'''

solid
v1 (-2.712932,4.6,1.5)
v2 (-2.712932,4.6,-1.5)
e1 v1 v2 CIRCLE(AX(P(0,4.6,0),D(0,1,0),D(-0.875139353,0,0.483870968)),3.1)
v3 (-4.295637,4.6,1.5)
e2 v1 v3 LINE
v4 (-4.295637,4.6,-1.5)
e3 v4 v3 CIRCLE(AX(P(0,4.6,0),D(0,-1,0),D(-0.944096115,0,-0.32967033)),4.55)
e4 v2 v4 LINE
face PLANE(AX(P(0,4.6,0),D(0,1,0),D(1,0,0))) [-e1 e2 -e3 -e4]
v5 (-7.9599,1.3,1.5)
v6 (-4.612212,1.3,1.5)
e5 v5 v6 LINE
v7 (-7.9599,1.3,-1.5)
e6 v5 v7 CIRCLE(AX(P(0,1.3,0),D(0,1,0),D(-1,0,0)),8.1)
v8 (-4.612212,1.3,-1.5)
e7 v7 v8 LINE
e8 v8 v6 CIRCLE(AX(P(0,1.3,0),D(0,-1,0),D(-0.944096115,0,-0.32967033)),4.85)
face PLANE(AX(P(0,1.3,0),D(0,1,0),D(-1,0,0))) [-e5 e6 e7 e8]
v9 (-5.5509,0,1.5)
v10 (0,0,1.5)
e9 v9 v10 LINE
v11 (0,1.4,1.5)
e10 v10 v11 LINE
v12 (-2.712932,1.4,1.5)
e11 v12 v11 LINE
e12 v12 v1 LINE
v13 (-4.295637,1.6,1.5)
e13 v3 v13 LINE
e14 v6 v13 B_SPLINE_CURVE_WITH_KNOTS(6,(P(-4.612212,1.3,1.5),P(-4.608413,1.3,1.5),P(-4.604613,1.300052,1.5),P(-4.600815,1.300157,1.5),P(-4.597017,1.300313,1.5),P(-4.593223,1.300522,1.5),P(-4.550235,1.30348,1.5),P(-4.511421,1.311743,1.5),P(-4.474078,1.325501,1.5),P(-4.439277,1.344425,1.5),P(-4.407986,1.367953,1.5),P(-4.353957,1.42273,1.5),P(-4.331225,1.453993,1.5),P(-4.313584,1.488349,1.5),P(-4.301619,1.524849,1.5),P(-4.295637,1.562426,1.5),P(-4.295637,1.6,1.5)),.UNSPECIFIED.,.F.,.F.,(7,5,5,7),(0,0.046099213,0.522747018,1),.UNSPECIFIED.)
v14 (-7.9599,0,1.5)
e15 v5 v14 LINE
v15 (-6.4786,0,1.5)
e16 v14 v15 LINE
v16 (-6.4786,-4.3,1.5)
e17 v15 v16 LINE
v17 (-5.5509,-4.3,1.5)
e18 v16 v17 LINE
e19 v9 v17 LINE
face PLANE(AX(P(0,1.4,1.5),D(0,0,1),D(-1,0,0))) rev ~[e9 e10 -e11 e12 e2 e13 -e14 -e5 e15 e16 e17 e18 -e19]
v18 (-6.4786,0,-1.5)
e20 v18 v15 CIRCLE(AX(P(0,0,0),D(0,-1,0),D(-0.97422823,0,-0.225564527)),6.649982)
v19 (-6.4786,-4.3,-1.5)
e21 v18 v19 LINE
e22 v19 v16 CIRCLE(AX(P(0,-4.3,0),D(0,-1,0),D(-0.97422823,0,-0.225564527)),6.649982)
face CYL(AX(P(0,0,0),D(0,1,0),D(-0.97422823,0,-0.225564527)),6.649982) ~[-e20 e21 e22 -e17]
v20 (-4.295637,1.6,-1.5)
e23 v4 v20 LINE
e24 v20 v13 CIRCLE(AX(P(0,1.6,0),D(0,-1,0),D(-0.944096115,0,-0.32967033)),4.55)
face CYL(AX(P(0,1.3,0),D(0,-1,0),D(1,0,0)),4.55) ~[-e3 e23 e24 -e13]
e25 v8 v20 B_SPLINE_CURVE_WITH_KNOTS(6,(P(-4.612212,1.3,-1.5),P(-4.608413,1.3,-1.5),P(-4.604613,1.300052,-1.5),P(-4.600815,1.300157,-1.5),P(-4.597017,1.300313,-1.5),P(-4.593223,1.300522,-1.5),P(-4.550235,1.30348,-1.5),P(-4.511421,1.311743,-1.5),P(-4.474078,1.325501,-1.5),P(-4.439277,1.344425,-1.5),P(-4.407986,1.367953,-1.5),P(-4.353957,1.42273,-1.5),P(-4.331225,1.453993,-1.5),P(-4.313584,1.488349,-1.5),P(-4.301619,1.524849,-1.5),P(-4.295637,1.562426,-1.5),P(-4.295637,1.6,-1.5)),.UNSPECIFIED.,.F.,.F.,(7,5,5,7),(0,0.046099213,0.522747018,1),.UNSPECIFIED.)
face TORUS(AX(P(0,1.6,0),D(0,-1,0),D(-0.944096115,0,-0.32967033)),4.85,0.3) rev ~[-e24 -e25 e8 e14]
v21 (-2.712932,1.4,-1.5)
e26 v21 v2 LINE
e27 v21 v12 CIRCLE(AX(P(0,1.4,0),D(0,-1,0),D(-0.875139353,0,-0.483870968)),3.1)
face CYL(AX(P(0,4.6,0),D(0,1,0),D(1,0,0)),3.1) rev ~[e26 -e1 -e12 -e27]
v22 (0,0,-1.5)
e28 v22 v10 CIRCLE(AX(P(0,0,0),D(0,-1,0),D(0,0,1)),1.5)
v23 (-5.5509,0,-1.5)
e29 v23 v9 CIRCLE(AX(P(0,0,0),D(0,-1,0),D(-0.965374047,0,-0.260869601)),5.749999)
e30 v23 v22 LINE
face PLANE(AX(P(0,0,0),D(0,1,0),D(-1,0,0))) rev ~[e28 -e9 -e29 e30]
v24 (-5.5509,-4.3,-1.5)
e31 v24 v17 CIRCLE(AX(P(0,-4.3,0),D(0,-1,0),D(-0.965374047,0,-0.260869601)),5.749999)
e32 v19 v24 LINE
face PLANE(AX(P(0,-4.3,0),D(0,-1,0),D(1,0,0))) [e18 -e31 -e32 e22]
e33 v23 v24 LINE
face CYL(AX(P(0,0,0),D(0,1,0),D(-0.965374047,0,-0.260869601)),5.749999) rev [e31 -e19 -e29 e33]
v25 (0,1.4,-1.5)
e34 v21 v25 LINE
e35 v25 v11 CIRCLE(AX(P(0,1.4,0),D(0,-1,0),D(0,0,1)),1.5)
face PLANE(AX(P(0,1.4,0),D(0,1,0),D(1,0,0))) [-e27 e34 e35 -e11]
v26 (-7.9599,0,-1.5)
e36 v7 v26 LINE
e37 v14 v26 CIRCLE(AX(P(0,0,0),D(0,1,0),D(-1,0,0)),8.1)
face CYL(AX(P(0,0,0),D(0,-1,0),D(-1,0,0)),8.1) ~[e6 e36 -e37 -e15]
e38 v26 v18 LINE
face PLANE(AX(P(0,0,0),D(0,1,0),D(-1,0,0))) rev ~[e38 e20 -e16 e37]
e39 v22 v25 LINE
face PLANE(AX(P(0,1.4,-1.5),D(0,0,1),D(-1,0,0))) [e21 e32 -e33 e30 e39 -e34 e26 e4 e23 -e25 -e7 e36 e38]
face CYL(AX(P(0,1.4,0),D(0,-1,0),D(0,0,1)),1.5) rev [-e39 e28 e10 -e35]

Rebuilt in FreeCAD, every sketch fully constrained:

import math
import FreeCAD as App
import Part
import Sketcher


def edges_at(feature, points):
    """Names of the edges that pass closest to the given points."""
    edges = feature.Shape.Edges
    near = lambda p: min(range(len(edges)), key=lambda i: edges[i].distToShape(Part.Vertex(*p))[0])
    return sorted({f"Edge{near(p) + 1}" for p in points})

doc = App.newDocument("Part")
body = doc.addObject("PartDesign::Body", "Body")

sketch1 = body.newObject("Sketcher::SketchObject", "Sketch")
sketch1.AttachmentSupport = (doc.getObject("XZ_Plane"), [""])
sketch1.MapMode = "FlatFace"
sketch1.addGeometry(Part.Circle(App.Vector(0, 0, 0), App.Vector(0, 0, 1), 8), False)
sketch1.addConstraint(Sketcher.Constraint("Coincident", 0, 3, -1, 1))
sketch1.addConstraint(Sketcher.Constraint("Diameter", 0, 16.2))
pad1 = body.newObject("PartDesign::Pad", "Pad")
pad1.Profile = sketch1
pad1.Length = 1.3
pad1.Reversed = True

sketch2 = body.newObject("Sketcher::SketchObject", "Sketch001")
sketch2.AttachmentSupport = (doc.getObject("XZ_Plane"), [""])
sketch2.MapMode = "FlatFace"
sketch2.AttachmentOffset = App.Placement(App.Vector(0, 0, -1.3), App.Rotation())
sketch2.addGeometry(Part.Circle(App.Vector(0, 0, 0), App.Vector(0, 0, 1), 4.5), False)
sketch2.addConstraint(Sketcher.Constraint("Coincident", 0, 3, -1, 1))
sketch2.addConstraint(Sketcher.Constraint("Diameter", 0, 9.1))
pad2 = body.newObject("PartDesign::Pad", "Pad001")
pad2.Profile = sketch2
pad2.Length = 3.3
pad2.Reversed = True

sketch3 = body.newObject("Sketcher::SketchObject", "Sketch002")
sketch3.AttachmentSupport = (doc.getObject("XZ_Plane"), [""])
sketch3.MapMode = "FlatFace"
sketch3.AttachmentOffset = App.Placement(App.Vector(0, 0, -4.6), App.Rotation())
sketch3.addGeometry(Part.Circle(App.Vector(0, 0, 0), App.Vector(0, 0, 1), 3.1), False)
sketch3.addConstraint(Sketcher.Constraint("Coincident", 0, 3, -1, 1))
sketch3.addConstraint(Sketcher.Constraint("Diameter", 0, 6.2))
pocket1 = body.newObject("PartDesign::Pocket", "Pocket")
pocket1.Profile = sketch3
pocket1.Length = 3.2
pocket1.Reversed = True

sketch4 = body.newObject("Sketcher::SketchObject", "Sketch003")
sketch4.AttachmentSupport = (doc.getObject("XZ_Plane"), [""])
sketch4.MapMode = "FlatFace"
sketch4.AttachmentOffset = App.Placement(App.Vector(0, 0, -1.4), App.Rotation())
sketch4.addGeometry(Part.LineSegment(App.Vector(-8, 1.5, 0), App.Vector(0, 1.5, 0)), False)
sketch4.addGeometry(Part.ArcOfCircle(Part.Circle(App.Vector(0, 0, 0), App.Vector(0, 0, 1), 1.5), math.radians(-90), math.radians(90)), False)
sketch4.addGeometry(Part.LineSegment(App.Vector(0, -1.5, 0), App.Vector(-8, -1.5, 0)), False)
sketch4.addGeometry(Part.ArcOfCircle(Part.Circle(App.Vector(0, 0, 0), App.Vector(0, 0, 1), 8.1), math.radians(169), math.radians(191)), False)
sketch4.addConstraint(Sketcher.Constraint("Tangent", 0, 2, 1, 2))
sketch4.addConstraint(Sketcher.Constraint("Tangent", 1, 1, 2, 1))
sketch4.addConstraint(Sketcher.Constraint("Coincident", 2, 2, 3, 2))
sketch4.addConstraint(Sketcher.Constraint("Coincident", 3, 1, 0, 1))
sketch4.addConstraint(Sketcher.Constraint("Horizontal", 0))
sketch4.addConstraint(Sketcher.Constraint("Horizontal", 2))
sketch4.addConstraint(Sketcher.Constraint("Coincident", 1, 3, -1, 1))
sketch4.addConstraint(Sketcher.Constraint("Coincident", 3, 3, -1, 1))
sketch4.addConstraint(Sketcher.Constraint("Radius", 1, 1.5))
sketch4.addConstraint(Sketcher.Constraint("Radius", 3, 8.1))
pocket2 = body.newObject("PartDesign::Pocket", "Pocket001")
pocket2.Profile = sketch4
pocket2.Type = "ThroughAll"
pocket2.Midplane = True
doc.recompute()

fillet = body.newObject("PartDesign::Fillet", "Fillet")
fillet.Base = (pocket2, edges_at(pocket2, [(4.55, 1.3, 0)]))
fillet.Radius = 0.3

sketch5 = body.newObject("Sketcher::SketchObject", "Sketch004")
sketch5.AttachmentSupport = (doc.getObject("XZ_Plane"), [""])
sketch5.MapMode = "FlatFace"
sketch5.addGeometry(Part.LineSegment(App.Vector(-5.6, -1.5, 0), App.Vector(-6.5, -1.5, 0)), False)
sketch5.addGeometry(Part.ArcOfCircle(Part.Circle(App.Vector(0, 0, 0), App.Vector(0, 0, 1), 6.6), math.radians(-167), math.radians(167)), False)
sketch5.addGeometry(Part.LineSegment(App.Vector(-6.5, 1.5, 0), App.Vector(-5.6, 1.5, 0)), False)
sketch5.addGeometry(Part.ArcOfCircle(Part.Circle(App.Vector(0, 0, 0), App.Vector(0, 0, 1), 5.7), math.radians(-165), math.radians(165)), False)
sketch5.addConstraint(Sketcher.Constraint("Coincident", 0, 2, 1, 1))
sketch5.addConstraint(Sketcher.Constraint("Coincident", 1, 2, 2, 1))
sketch5.addConstraint(Sketcher.Constraint("Coincident", 2, 2, 3, 2))
sketch5.addConstraint(Sketcher.Constraint("Coincident", 3, 1, 0, 1))
sketch5.addConstraint(Sketcher.Constraint("Horizontal", 0))
sketch5.addConstraint(Sketcher.Constraint("Horizontal", 2))
sketch5.addConstraint(Sketcher.Constraint("Coincident", 1, 3, -1, 1))
sketch5.addConstraint(Sketcher.Constraint("Coincident", 3, 3, -1, 1))
sketch5.addConstraint(Sketcher.Constraint("Vertical", 0, 2, 1, 2))
sketch5.addConstraint(Sketcher.Constraint("Radius", 1, 6.65))
sketch5.addConstraint(Sketcher.Constraint("Radius", 3, 5.75))
sketch5.addConstraint(Sketcher.Constraint("DistanceY", 0, 2, 1, 2, 3.0))
pad3 = body.newObject("PartDesign::Pad", "Pad002")
pad3.Profile = sketch5
pad3.Length = 4.3

doc.recompute()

'''

YOUR OBJECTIVE: Extract the lines above, from the first one through the one containing "e4 v2 v4 LINE", and return only those, unchanged.

WRITTEN REPLY:
solid
v1 (-2.712932,4.6,1.5)
v2 (-2.712932,4.6,-1.5)
e1 v1 v2 CIRCLE(AX(P(0,4.6,0),D(0,1,0),D(-0.875139353,0,0.483870968)),3.1)
v3 (-4.295637,4.6,1.5)
e2 v1 v3 LINE
v4 (-4.295637,4.6,-1.5)
e3 v4 v3 CIRCLE(AX(P(0,4.6,0),D(0,-1,0),D(-0.944096115,0,-0.32967033)),4.55)
e4 v2 v4 LINE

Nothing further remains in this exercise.